Today, the focus of investors will be on the US Department of Labor report with monthly data on the labor market, which will be published at 12:30 (we already wrote about this in the previous review S&P500: on the eve of the publication of NFP). Also at the same time, Statistics Canada will publish data on the country’s labor market for July. Unemployment has risen in Canada in recent months, including against the backdrop of massive business closures due to the coronavirus and layoffs. Unemployment rose from the usual 5.6% – 5.7% to 7.8% in March and already to 13.7% in May 2020. If unemployment continues to rise, the Canadian dollar will decline. If the data turns out to be better than the previous value, then the Canadian dollar will strengthen. Decreasing unemployment rate is a positive factor for CAD, rising unemployment is a negative factor.

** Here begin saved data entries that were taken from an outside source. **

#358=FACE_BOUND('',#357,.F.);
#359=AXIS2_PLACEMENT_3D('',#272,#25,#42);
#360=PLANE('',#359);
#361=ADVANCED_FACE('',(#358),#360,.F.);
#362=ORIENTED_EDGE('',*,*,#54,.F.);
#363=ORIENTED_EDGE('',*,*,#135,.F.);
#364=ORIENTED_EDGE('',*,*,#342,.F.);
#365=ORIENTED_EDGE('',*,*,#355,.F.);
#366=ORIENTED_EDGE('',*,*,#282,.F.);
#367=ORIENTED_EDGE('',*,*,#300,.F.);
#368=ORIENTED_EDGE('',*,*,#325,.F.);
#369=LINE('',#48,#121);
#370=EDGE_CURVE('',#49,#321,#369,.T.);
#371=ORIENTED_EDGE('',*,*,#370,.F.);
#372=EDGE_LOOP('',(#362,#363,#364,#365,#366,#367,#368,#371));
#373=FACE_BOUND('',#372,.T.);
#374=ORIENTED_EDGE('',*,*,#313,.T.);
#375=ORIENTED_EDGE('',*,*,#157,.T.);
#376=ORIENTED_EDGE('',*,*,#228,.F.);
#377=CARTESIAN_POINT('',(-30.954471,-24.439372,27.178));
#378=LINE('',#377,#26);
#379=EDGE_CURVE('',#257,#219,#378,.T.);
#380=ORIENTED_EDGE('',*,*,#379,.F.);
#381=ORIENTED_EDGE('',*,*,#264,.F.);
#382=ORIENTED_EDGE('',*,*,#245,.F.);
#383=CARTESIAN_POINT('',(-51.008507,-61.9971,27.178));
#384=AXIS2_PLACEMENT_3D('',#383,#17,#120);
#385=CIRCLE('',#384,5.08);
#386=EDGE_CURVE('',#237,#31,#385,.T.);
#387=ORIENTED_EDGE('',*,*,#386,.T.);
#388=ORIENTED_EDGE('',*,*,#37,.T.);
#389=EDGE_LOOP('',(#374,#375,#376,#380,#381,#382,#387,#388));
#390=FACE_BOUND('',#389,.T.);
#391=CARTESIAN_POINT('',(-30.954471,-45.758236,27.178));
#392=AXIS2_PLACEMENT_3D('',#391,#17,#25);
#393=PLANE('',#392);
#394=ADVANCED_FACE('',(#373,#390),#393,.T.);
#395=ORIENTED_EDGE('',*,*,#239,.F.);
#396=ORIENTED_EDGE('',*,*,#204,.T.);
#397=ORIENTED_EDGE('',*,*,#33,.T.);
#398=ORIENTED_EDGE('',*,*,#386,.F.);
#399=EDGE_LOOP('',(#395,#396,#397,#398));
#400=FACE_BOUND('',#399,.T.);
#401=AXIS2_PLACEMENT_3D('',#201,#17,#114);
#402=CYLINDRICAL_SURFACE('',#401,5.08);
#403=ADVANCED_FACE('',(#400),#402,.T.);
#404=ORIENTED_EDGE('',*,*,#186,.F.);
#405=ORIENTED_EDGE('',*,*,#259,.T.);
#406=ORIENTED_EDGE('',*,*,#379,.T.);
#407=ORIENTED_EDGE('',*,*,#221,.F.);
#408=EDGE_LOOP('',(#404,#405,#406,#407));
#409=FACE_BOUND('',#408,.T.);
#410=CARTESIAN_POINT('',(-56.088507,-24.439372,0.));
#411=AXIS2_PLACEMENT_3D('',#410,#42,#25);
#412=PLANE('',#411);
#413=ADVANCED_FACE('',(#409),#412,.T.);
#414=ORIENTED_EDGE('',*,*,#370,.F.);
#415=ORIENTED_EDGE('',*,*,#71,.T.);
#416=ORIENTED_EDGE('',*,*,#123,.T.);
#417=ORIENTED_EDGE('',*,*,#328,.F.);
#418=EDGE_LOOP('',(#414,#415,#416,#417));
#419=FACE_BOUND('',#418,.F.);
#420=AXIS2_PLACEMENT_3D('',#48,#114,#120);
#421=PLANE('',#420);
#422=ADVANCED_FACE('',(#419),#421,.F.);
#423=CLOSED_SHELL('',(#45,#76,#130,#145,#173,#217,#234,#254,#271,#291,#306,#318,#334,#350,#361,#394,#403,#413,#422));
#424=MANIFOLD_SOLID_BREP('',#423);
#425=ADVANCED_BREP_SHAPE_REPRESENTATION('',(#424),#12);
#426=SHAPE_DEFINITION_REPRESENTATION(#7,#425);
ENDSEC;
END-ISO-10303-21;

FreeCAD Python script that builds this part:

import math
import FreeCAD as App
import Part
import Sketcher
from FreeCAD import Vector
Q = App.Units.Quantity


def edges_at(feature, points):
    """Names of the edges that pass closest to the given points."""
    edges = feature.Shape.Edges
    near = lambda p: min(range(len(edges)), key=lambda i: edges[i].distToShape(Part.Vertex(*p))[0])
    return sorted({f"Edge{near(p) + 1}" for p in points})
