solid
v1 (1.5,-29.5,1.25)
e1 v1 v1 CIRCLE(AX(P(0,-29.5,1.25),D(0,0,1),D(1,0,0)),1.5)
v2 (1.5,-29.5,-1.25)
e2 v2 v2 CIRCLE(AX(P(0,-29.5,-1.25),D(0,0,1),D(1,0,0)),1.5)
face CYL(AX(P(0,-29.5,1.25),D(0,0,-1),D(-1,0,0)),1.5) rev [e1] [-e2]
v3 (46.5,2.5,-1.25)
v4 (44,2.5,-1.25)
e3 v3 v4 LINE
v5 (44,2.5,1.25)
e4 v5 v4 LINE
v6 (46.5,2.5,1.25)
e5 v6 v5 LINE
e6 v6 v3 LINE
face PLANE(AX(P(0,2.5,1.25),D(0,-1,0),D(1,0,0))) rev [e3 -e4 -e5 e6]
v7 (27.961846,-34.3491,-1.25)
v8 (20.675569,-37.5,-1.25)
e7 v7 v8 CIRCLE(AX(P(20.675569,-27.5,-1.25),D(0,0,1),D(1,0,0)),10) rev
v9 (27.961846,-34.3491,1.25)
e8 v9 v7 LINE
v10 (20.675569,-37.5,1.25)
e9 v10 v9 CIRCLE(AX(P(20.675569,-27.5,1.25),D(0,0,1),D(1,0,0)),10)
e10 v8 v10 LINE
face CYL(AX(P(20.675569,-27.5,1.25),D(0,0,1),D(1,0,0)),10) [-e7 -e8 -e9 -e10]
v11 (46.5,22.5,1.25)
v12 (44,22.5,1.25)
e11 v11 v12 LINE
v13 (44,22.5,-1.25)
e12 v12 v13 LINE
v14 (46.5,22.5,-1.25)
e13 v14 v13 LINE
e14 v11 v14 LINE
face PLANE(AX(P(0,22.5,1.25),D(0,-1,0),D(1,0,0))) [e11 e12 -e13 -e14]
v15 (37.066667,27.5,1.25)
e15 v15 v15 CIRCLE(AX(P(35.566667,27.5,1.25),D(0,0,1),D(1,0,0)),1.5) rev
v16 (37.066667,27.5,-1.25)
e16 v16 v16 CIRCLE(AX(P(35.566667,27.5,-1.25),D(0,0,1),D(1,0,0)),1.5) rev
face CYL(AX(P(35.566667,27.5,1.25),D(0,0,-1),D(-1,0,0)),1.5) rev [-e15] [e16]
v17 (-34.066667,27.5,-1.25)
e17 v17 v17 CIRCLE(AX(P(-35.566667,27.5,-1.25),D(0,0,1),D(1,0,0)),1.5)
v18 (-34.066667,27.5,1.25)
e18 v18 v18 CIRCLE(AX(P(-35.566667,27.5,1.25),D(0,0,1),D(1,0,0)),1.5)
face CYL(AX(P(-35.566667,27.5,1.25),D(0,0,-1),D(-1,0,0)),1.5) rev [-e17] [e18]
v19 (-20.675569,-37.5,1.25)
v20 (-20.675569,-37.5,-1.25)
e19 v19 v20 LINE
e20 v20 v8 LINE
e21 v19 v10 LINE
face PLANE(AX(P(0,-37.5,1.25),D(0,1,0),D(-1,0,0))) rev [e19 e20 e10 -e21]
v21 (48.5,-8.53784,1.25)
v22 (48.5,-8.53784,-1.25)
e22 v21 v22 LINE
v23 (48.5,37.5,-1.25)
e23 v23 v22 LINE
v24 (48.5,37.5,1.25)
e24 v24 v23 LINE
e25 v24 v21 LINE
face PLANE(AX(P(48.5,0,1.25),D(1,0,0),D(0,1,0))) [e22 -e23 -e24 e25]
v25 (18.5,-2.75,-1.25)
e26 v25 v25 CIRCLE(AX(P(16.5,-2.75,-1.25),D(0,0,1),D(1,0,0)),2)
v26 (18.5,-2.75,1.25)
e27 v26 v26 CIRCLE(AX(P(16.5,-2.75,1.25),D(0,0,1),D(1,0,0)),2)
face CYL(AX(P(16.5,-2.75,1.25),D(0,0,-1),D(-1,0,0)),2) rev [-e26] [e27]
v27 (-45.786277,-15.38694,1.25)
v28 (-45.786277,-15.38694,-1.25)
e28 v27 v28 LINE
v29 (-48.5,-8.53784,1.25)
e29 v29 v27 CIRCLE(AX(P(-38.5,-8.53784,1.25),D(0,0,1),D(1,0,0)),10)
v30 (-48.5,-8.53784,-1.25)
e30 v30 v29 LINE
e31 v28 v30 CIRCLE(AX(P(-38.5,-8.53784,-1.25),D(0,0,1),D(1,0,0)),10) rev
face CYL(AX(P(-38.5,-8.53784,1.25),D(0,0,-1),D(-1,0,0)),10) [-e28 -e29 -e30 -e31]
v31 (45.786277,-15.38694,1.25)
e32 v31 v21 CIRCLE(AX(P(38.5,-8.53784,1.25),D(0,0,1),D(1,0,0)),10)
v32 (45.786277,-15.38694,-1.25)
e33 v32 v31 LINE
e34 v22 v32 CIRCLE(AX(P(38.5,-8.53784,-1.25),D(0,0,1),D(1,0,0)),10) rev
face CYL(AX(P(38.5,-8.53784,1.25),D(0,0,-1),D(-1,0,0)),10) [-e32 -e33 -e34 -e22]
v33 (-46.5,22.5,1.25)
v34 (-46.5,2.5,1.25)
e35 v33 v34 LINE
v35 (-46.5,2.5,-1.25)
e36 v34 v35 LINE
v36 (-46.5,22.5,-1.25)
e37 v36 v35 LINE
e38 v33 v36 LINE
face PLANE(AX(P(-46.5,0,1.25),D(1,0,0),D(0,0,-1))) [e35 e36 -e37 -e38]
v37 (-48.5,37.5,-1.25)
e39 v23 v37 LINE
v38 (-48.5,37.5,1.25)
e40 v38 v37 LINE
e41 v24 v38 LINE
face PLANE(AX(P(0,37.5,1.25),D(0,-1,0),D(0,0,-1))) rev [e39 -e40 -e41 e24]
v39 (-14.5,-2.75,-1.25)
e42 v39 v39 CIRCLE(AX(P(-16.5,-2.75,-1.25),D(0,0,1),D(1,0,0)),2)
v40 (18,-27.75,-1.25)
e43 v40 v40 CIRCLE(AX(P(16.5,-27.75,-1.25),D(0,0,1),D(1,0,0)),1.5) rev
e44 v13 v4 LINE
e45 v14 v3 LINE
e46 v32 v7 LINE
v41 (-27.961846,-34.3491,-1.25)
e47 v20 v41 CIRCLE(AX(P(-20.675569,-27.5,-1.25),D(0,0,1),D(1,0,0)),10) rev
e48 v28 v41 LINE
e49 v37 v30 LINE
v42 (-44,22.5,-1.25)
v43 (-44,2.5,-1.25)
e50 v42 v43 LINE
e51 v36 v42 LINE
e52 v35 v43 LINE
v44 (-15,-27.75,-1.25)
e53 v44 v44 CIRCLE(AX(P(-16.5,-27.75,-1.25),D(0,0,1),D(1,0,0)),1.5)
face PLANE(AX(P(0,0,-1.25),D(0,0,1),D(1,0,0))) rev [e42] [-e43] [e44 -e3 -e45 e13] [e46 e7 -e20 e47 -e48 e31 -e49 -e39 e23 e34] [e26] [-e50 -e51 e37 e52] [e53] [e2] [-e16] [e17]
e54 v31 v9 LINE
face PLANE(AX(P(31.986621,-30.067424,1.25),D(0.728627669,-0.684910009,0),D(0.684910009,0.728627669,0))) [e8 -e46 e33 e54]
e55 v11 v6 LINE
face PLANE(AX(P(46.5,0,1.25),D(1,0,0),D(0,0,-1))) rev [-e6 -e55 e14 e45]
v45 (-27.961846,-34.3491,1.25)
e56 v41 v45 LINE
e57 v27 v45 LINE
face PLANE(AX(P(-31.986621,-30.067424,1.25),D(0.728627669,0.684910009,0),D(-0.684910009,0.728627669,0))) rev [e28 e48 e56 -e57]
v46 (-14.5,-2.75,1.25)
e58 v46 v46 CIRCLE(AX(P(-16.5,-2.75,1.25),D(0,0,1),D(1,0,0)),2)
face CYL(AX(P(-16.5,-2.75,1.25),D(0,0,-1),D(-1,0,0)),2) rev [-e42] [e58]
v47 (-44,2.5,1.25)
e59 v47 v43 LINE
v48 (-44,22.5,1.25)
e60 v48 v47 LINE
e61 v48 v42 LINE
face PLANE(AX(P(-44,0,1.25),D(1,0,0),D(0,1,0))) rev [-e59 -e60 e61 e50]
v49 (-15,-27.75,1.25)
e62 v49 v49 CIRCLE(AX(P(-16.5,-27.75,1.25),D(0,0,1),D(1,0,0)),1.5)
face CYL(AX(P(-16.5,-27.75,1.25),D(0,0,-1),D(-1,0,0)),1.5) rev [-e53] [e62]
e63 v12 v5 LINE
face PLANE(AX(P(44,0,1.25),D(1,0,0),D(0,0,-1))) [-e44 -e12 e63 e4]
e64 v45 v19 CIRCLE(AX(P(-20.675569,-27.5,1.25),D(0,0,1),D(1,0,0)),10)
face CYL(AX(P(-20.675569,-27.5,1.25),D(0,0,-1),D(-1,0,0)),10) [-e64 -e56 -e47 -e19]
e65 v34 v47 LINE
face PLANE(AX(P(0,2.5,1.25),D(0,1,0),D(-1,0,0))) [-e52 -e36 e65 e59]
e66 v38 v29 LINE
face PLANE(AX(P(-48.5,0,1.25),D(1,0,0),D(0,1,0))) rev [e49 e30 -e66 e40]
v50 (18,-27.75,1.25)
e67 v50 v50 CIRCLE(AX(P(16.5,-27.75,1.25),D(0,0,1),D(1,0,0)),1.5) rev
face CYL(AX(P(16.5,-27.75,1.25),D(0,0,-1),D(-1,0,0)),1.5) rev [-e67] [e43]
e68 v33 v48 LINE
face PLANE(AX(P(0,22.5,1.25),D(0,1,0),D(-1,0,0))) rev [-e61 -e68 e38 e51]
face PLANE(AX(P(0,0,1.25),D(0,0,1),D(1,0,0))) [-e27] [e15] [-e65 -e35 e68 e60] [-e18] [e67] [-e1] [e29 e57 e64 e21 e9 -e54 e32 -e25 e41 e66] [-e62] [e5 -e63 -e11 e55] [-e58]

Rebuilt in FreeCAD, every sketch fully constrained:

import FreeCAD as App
import Part
import Sketcher


def edges_at(feature, points):
    """Names of the edges that pass closest to the given points."""
    edges = feature.Shape.Edges
    near = lambda p: min(range(len(edges)), key=lambda i: edges[i].distToShape(Part.Vertex(*p))[0])
    return sorted({f"Edge{near(p) + 1}" for p in points})

doc = App.newDocument("Part")
params = doc.addObject("Spreadsheet::Sheet", "Params")
for row, (alias, value) in enumerate([
    ("sketch1_diameter", "3 mm"),
    ("sketch1_diameter2", "4 mm"),
    ("sketch1_width", "97 mm"),
    ("sketch1_width2", "50 mm"),
    ("sketch1_height", "20 mm"),
    ("pad1_length", "2.5 mm"),
    ("fillet_radius", "10 mm"),
], start=1):
    params.set(f"A{row}", alias)
    params.set(f"B{row}", "=" + value)
    params.setAlias(f"B{row}", alias)

body = doc.addObject("PartDesign::Body", "Body")

# Sketch on XY plane
sketch1 = doc.addObject("Sketcher::SketchObject", "Sketch")
body.addObject(sketch1)
sketch1.AttachmentSupport = (doc.XY_Plane, [""])
sketch1.MapMode = "FlatFace"
sketch1.addGeometry(Part.LineSegment(App.Vector(48.5, 37.5, 0), App.Vector(-48.5, 37.5, 0)), False)
sketch1.addGeometry(Part.LineSegment(App.Vector(-48.5, 37.5, 0), App.Vector(-48.5, -12.5, 0)), False)
sketch1.addGeometry(Part.LineSegment(App.Vector(-48.5, -12.5, 0), App.Vector(-25, -37.5, 0)), False)
sketch1.addGeometry(Part.LineSegment(App.Vector(-25, -37.5, 0), App.Vector(25, -37.5, 0)), False)
sketch1.addGeometry(Part.LineSegment(App.Vector(25, -37.5, 0), App.Vector(48.5, -12.5, 0)), False)
sketch1.addGeometry(Part.LineSegment(App.Vector(48.5, -12.5, 0), App.Vector(48.5, 37.5, 0)), False)
sketch1.addGeometry(Part.Circle(App.Vector(-16.5, -27.8, 0), App.Vector(0, 0, 1), 1.5), False)
sketch1.addGeometry(Part.Circle(App.Vector(-16.5, -2.8, 0), App.Vector(0, 0, 1), 2), False)
sketch1.addGeometry(Part.Circle(App.Vector(0, -29.5, 0), App.Vector(0, 0, 1), 1.5), False)
sketch1.addGeometry(Part.Circle(App.Vector(16.5, -27.8, 0), App.Vector(0, 0, 1), 1.5), False)
sketch1.addGeometry(Part.Circle(App.Vector(16.5, -2.8, 0), App.Vector(0, 0, 1), 2), False)
sketch1.addGeometry(Part.LineSegment(App.Vector(-44, 2.5, 0), App.Vector(-46.5, 2.5, 0)), False)
sketch1.addGeometry(Part.LineSegment(App.Vector(-46.5, 2.5, 0), App.Vector(-46.5, 22.5, 0)), False)
sketch1.addGeometry(Part.LineSegment(App.Vector(-46.5, 22.5, 0), App.Vector(-44, 22.5, 0)), False)
sketch1.addGeometry(Part.LineSegment(App.Vector(-44, 22.5, 0), App.Vector(-44, 2.5, 0)), False)
sketch1.addGeometry(Part.Circle(App.Vector(-35.6, 27.5, 0), App.Vector(0, 0, 1), 1.5), False)
sketch1.addGeometry(Part.LineSegment(App.Vector(46.5, 2.5, 0), App.Vector(44, 2.5, 0)), False)
sketch1.addGeometry(Part.LineSegment(App.Vector(44, 2.5, 0), App.Vector(44, 22.5, 0)), False)
sketch1.addGeometry(Part.LineSegment(App.Vector(44, 22.5, 0), App.Vector(46.5, 22.5, 0)), False)
sketch1.addGeometry(Part.LineSegment(App.Vector(46.5, 22.5, 0), App.Vector(46.5, 2.5, 0)), False)
sketch1.addGeometry(Part.Circle(App.Vector(35.6, 27.5, 0), App.Vector(0, 0, 1), 1.5), False)
sketch1.addConstraint(Sketcher.Constraint("Coincident", 0, 2, 1, 1))
sketch1.addConstraint(Sketcher.Constraint("Coincident", 1, 2, 2, 1))
sketch1.addConstraint(Sketcher.Constraint("Coincident", 2, 2, 3, 1))
sketch1.addConstraint(Sketcher.Constraint("Coincident", 3, 2, 4, 1))
sketch1.addConstraint(Sketcher.Constraint("Coincident", 4, 2, 5, 1))
sketch1.addConstraint(Sketcher.Constraint("Coincident", 5, 2, 0, 1))
sketch1.addConstraint(Sketcher.Constraint("Coincident", 11, 2, 12, 1))
sketch1.addConstraint(Sketcher.Constraint("Coincident", 12, 2, 13, 1))
sketch1.addConstraint(Sketcher.Constraint("Coincident", 13, 2, 14, 1))
sketch1.addConstraint(Sketcher.Constraint("Coincident", 14, 2, 11, 1))
sketch1.addConstraint(Sketcher.Constraint("Coincident", 16, 2, 17, 1))
sketch1.addConstraint(Sketcher.Constraint("Coincident", 17, 2, 18, 1))
sketch1.addConstraint(Sketcher.Constraint("Coincident", 18, 2, 19, 1))
sketch1.addConstraint(Sketcher.Constraint("Coincident", 19, 2, 16, 1))
sketch1.addConstraint(Sketcher.Constraint("Horizontal", 0))
sketch1.addConstraint(Sketcher.Constraint("Vertical", 1))
sketch1.addConstraint(Sketcher.Constraint("Horizontal", 3))
sketch1.addConstraint(Sketcher.Constraint("Vertical", 5))
sketch1.addConstraint(Sketcher.Constraint("Horizontal", 11))
sketch1.addConstraint(Sketcher.Constraint("Vertical", 12))
sketch1.addConstraint(Sketcher.Constraint("Horizontal", 13))
sketch1.addConstraint(Sketcher.Constraint("Vertical", 14))
sketch1.addConstraint(Sketcher.Constraint("Horizontal", 16))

Unemployment is expected to rise to 5.1% in July (previous value of 4.9%). The deterioration of the situation on the labor market will significantly exacerbate the Bank of Canada’s problem of curbing rising inflation while the labor market and the country’s economy are slowing down.
From a technical point of view, USD/CAD is in the bull market zone, above the key support levels 1.2850, 1.2785, 1.2755 (for more details, see USD/CAD: technical analysis and trading recommendations for 08/05/2022).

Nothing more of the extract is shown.